▶ YOUR TASK
Starting with the line that contains "f 268 267 269" and stopping after the line that contains "f 222 221 178", copy the entries below exactly. Include nothing else.

[DATASET EXCERPTS Boundary: Start]

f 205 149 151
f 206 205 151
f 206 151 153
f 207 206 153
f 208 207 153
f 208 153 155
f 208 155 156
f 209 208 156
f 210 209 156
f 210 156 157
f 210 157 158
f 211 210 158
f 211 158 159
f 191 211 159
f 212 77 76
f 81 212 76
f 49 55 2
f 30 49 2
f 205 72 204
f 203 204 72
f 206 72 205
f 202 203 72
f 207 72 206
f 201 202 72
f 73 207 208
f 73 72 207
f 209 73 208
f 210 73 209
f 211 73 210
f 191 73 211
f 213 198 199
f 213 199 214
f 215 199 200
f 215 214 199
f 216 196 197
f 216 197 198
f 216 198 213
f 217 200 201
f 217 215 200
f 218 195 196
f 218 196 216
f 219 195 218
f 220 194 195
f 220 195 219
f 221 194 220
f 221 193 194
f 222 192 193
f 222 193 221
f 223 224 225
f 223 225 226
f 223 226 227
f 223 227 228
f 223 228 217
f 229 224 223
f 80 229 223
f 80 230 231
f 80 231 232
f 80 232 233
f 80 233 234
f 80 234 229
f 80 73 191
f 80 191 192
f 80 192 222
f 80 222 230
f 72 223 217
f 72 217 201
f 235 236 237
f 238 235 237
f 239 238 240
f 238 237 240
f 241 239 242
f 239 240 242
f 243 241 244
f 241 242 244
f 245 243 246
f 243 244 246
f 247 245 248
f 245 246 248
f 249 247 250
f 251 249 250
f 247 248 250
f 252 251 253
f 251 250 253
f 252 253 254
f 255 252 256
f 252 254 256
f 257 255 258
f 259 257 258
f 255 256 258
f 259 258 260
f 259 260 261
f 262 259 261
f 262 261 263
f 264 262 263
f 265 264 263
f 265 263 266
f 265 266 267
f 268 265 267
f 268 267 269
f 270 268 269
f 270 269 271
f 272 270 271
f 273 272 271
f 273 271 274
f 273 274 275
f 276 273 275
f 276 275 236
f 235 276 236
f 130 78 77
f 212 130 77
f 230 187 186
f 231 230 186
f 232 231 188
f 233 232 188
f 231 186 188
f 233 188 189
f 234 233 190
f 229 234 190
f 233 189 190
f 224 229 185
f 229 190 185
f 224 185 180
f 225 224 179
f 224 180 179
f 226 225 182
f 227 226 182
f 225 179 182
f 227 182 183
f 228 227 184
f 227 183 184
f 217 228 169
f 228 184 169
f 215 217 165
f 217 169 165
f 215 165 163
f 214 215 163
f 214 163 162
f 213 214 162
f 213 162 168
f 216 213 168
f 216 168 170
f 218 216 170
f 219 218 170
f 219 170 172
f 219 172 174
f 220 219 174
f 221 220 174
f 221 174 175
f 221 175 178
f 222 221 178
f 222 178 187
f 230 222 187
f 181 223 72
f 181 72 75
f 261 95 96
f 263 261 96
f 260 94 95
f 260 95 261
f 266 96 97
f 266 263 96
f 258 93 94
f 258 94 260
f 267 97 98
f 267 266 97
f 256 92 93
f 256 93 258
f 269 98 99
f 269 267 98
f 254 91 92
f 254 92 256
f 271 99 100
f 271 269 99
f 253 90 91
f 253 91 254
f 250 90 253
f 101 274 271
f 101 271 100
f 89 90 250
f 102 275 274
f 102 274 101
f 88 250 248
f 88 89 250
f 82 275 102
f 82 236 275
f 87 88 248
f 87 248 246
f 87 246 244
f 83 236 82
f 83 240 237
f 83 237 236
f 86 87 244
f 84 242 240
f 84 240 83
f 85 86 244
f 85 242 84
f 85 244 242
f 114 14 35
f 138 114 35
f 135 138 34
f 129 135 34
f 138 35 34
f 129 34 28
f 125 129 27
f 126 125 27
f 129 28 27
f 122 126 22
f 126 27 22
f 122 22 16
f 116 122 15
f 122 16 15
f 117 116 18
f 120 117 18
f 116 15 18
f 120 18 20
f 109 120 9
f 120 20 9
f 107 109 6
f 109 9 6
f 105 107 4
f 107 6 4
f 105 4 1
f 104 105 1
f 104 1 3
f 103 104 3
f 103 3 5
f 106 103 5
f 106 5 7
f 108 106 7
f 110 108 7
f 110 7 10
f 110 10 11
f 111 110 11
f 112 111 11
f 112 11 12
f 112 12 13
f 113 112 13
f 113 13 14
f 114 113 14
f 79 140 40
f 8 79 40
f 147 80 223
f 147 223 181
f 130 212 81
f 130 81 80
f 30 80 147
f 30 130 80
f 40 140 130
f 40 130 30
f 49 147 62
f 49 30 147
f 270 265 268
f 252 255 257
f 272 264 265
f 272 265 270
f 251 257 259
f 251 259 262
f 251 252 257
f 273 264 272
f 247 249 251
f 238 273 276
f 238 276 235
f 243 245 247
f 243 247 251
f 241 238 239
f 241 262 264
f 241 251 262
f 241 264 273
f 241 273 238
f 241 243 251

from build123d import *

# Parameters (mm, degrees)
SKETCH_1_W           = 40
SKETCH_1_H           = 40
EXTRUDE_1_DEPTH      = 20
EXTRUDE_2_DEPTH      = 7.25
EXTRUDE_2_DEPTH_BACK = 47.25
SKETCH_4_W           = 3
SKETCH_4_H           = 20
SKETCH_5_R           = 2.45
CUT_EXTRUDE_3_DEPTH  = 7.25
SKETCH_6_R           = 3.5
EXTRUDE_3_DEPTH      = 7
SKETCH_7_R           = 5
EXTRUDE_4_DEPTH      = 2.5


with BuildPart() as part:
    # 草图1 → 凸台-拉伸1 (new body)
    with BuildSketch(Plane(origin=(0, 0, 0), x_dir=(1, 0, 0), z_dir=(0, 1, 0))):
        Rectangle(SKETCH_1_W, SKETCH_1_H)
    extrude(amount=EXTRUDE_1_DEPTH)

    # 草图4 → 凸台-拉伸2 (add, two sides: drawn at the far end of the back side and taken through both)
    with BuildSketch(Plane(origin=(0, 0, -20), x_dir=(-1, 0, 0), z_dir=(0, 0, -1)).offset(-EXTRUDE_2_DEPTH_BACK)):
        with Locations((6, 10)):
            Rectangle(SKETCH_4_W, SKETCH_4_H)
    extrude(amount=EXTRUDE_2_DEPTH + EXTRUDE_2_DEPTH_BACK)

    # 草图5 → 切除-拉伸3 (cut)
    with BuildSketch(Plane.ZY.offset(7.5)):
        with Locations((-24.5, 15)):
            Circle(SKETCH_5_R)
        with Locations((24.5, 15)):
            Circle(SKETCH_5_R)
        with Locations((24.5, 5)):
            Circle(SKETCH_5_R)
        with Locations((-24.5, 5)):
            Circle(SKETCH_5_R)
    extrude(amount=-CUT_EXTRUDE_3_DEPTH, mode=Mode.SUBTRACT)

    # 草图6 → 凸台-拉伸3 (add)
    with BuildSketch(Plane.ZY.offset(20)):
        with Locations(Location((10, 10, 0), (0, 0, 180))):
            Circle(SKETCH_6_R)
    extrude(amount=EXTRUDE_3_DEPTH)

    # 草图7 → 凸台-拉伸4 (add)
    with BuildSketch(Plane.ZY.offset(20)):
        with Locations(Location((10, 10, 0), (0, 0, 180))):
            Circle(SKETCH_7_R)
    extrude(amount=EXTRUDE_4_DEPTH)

[DATASET EXCERPTS Boundary: End]

▶ SOLUTION TO THE PROBLEM
f 268 267 269
f 270 268 269
f 270 269 271
f 272 270 271
f 273 272 271
f 273 271 274
f 273 274 275
f 276 273 275
f 276 275 236
f 235 276 236
f 130 78 77
f 212 130 77
f 230 187 186
f 231 230 186
f 232 231 188
f 233 232 188
f 231 186 188
f 233 188 189
f 234 233 190
f 229 234 190
f 233 189 190
f 224 229 185
f 229 190 185
f 224 185 180
f 225 224 179
f 224 180 179
f 226 225 182
f 227 226 182
f 225 179 182
f 227 182 183
f 228 227 184
f 227 183 184
f 217 228 169
f 228 184 169
f 215 217 165
f 217 169 165
f 215 165 163
f 214 215 163
f 214 163 162
f 213 214 162
f 213 162 168
f 216 213 168
f 216 168 170
f 218 216 170
f 219 218 170
f 219 170 172
f 219 172 174
f 220 219 174
f 221 220 174
f 221 174 175
f 221 175 178
f 222 221 178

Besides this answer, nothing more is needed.